EXERCISE DIRECTIONS: Please restate, word for word, the lines below that begin at the one with "#99=ORIENTED_EDGE('',*,*,#98,.T.);" and end at the one with "#108=ADVANCED_FACE('',(#105),#107,.F.);". Leave out all other lines.

EXERCISE MATERIALS:
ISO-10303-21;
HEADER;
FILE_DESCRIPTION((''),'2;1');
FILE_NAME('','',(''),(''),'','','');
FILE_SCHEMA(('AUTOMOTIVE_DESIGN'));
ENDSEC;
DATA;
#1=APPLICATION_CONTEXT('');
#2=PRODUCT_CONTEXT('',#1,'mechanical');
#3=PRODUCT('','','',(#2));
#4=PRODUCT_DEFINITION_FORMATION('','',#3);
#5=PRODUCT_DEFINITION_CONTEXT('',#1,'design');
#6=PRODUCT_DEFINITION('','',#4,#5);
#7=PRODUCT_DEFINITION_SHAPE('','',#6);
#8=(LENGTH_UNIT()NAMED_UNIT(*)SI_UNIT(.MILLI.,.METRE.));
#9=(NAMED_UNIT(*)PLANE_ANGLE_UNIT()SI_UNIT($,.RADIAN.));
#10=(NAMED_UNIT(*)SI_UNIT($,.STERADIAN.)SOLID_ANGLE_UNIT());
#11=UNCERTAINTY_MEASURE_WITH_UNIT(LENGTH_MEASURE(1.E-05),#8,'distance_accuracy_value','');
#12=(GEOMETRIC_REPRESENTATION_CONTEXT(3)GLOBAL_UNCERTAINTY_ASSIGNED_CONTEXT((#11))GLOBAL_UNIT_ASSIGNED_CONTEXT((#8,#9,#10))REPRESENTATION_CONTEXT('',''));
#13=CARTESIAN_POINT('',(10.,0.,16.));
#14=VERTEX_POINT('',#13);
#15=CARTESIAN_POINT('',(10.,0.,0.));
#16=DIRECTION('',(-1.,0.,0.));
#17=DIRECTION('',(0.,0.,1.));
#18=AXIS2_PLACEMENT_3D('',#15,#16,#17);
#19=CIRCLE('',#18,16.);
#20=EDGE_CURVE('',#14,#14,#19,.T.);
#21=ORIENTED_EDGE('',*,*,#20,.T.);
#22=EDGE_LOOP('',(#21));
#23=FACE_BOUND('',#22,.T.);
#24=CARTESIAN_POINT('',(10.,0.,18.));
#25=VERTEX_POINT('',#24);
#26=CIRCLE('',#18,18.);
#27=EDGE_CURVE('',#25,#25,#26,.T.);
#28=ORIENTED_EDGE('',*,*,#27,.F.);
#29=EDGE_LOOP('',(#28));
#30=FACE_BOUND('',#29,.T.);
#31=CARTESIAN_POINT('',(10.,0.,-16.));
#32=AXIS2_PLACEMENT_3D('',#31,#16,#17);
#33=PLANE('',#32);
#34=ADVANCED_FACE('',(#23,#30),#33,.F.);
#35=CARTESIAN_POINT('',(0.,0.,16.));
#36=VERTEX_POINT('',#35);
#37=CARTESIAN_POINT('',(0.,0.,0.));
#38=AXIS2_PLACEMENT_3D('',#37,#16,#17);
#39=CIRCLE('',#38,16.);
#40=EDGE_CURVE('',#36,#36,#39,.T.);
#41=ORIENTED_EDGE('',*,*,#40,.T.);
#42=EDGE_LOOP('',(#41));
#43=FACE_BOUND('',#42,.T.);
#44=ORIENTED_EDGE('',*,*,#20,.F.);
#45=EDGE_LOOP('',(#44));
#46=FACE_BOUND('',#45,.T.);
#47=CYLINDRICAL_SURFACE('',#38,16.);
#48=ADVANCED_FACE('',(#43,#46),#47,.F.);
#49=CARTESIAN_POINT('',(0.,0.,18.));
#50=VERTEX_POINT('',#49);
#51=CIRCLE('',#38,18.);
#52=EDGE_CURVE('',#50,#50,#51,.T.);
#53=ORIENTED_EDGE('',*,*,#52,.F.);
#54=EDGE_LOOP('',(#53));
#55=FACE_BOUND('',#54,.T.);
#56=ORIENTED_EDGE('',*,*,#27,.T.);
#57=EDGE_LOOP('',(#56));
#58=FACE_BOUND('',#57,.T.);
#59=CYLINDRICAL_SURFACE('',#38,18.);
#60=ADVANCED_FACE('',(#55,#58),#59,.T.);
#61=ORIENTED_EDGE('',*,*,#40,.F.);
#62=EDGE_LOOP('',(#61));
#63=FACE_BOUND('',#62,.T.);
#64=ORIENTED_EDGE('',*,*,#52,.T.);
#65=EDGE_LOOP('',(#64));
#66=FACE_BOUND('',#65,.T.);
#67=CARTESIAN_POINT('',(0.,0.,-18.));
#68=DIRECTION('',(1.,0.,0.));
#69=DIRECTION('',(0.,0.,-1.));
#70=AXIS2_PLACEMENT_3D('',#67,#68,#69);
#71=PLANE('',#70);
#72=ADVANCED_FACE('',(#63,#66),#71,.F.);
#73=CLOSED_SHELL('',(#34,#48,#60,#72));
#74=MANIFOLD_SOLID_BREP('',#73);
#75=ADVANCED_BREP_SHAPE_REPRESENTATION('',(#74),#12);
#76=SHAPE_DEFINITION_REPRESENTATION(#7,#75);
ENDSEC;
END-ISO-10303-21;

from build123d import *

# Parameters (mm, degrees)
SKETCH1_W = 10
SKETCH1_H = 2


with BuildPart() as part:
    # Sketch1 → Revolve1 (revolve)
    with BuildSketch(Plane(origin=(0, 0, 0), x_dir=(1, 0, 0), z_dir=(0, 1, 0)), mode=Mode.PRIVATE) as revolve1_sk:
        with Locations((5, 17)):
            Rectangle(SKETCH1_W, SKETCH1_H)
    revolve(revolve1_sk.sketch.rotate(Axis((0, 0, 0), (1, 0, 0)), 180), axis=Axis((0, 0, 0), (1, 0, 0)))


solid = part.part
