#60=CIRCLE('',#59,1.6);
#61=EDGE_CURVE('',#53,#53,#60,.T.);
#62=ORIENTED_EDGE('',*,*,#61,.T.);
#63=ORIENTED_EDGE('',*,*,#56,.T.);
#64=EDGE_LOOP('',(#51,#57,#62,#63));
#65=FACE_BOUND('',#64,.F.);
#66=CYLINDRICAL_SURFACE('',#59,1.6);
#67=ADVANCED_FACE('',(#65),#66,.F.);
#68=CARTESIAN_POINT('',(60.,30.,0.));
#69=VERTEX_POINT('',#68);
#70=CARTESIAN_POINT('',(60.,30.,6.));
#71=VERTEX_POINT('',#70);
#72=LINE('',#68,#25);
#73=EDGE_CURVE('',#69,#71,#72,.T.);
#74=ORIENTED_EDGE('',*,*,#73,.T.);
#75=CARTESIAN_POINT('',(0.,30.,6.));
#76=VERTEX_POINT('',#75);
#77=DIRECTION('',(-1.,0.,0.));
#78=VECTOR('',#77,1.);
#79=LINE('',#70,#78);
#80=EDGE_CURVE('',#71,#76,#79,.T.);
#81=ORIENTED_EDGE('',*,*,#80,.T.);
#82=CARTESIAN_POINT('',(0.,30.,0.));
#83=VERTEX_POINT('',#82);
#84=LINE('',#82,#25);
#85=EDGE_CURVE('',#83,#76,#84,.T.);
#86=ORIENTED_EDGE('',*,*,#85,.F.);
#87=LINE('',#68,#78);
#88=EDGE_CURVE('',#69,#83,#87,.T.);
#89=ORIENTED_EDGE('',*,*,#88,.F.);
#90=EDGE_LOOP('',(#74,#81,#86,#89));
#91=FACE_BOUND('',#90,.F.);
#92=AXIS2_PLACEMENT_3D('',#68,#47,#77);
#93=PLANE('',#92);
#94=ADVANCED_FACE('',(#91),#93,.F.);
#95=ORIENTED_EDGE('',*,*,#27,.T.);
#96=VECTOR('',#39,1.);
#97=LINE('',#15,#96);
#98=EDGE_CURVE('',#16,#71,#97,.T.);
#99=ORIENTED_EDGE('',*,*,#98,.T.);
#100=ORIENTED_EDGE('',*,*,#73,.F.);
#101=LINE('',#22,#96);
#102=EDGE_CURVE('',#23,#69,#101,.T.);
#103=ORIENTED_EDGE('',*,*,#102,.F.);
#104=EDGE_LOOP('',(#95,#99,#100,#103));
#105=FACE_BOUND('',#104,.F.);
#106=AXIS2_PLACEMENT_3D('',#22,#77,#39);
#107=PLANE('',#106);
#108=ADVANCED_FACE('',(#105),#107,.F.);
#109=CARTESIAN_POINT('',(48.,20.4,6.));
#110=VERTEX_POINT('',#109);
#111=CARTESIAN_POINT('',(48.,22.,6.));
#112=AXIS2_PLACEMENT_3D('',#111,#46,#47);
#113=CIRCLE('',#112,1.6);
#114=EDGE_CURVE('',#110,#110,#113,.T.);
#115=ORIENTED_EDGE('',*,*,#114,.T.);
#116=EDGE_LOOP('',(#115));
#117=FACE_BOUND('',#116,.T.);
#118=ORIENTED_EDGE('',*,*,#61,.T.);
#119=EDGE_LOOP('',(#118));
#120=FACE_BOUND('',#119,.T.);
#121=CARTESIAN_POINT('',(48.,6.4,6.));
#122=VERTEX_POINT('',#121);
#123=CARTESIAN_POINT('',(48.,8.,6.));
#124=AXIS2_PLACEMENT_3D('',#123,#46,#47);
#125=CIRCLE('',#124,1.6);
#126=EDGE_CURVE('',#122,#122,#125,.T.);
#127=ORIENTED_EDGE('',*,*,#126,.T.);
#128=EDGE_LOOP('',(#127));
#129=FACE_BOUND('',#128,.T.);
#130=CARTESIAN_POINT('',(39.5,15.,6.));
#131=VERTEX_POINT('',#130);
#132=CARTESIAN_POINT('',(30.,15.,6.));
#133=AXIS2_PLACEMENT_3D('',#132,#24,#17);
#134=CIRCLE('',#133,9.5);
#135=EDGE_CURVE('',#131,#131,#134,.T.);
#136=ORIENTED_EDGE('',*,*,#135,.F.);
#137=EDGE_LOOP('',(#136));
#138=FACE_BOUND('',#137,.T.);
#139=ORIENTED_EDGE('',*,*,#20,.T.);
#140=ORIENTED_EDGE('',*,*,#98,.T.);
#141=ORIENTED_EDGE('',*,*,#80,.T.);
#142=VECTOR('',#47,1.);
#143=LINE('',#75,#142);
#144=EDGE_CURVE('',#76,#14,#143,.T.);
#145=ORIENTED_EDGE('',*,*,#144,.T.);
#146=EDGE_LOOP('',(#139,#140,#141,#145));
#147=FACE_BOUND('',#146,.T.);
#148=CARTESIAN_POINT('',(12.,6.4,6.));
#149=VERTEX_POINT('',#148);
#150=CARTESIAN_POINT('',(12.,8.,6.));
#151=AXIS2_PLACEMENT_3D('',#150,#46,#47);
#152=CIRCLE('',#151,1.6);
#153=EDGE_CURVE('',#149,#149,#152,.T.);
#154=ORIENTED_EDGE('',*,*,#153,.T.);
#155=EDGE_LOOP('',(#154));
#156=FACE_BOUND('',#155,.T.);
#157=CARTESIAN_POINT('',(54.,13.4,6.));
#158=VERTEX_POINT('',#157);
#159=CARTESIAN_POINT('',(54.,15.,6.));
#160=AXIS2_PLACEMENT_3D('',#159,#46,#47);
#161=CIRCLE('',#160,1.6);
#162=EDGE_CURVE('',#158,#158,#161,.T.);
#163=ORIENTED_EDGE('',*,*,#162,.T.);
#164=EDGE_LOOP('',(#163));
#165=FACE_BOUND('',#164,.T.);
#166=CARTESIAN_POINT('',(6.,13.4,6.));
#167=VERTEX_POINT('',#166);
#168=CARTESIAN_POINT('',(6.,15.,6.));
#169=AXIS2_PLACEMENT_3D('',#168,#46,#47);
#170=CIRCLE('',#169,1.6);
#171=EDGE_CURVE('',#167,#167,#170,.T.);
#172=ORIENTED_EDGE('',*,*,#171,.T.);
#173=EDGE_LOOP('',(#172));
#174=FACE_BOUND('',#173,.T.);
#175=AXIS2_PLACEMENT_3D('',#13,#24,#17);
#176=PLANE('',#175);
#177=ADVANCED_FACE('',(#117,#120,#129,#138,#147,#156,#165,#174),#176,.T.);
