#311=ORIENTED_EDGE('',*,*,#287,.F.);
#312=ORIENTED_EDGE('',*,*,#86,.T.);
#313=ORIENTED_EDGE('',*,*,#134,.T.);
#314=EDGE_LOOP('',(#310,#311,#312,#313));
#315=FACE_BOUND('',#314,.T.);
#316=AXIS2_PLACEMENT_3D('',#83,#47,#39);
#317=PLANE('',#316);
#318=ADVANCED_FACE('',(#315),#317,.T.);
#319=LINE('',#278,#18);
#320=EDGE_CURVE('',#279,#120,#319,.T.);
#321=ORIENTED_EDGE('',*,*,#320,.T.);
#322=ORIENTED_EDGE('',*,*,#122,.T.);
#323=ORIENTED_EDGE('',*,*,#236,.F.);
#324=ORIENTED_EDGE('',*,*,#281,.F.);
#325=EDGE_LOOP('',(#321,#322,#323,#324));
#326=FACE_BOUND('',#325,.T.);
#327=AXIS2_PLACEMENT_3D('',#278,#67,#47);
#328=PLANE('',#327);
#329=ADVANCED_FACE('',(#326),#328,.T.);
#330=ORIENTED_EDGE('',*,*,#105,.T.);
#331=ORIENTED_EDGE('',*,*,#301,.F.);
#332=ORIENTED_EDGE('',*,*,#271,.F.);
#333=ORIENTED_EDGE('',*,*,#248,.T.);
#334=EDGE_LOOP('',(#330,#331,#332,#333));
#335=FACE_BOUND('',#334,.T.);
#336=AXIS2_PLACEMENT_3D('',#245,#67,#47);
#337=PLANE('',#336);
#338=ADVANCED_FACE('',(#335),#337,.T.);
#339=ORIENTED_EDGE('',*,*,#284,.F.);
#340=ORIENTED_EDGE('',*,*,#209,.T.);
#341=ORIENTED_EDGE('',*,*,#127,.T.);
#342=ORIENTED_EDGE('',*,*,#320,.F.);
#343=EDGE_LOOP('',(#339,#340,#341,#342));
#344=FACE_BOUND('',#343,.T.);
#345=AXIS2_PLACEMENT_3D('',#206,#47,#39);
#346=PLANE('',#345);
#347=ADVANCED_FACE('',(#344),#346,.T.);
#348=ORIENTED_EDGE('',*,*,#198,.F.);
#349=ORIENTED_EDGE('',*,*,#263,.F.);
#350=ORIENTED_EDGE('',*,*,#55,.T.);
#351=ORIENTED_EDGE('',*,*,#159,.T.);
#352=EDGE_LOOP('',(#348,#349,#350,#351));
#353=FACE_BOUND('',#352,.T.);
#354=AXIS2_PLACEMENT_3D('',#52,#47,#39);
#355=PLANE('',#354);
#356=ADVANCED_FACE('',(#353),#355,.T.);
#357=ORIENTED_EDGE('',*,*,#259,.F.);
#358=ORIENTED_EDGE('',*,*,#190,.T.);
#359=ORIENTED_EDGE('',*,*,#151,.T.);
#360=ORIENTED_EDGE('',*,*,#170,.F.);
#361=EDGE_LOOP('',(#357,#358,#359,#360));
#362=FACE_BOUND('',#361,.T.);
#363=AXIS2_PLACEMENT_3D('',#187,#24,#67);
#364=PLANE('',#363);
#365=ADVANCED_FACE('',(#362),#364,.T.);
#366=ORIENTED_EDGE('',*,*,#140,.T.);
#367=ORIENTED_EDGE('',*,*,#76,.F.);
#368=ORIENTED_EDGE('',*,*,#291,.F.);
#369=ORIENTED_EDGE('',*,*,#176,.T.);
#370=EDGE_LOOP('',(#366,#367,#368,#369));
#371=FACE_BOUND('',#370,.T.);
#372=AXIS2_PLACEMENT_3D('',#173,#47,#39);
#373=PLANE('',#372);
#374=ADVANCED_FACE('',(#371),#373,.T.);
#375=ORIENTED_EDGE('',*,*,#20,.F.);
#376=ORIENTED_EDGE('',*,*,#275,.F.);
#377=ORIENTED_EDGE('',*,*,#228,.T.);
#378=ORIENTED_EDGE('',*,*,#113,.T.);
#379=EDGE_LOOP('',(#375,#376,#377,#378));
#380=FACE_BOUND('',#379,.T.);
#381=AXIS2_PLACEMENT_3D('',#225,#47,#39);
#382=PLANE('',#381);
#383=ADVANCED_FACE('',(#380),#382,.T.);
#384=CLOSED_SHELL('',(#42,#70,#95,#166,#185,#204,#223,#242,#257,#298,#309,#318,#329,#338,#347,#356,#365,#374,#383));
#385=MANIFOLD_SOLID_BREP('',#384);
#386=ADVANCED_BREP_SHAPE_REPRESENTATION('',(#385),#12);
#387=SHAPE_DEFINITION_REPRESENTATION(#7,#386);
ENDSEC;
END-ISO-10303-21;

RESPONSE:
#99=ORIENTED_EDGE('',*,*,#98,.T.);
#100=ORIENTED_EDGE('',*,*,#73,.F.);
#101=LINE('',#22,#96);
#102=EDGE_CURVE('',#23,#69,#101,.T.);
#103=ORIENTED_EDGE('',*,*,#102,.F.);
#104=EDGE_LOOP('',(#95,#99,#100,#103));
#105=FACE_BOUND('',#104,.F.);
#106=AXIS2_PLACEMENT_3D('',#22,#77,#39);
#107=PLANE('',#106);
#108=ADVANCED_FACE('',(#105),#107,.F.);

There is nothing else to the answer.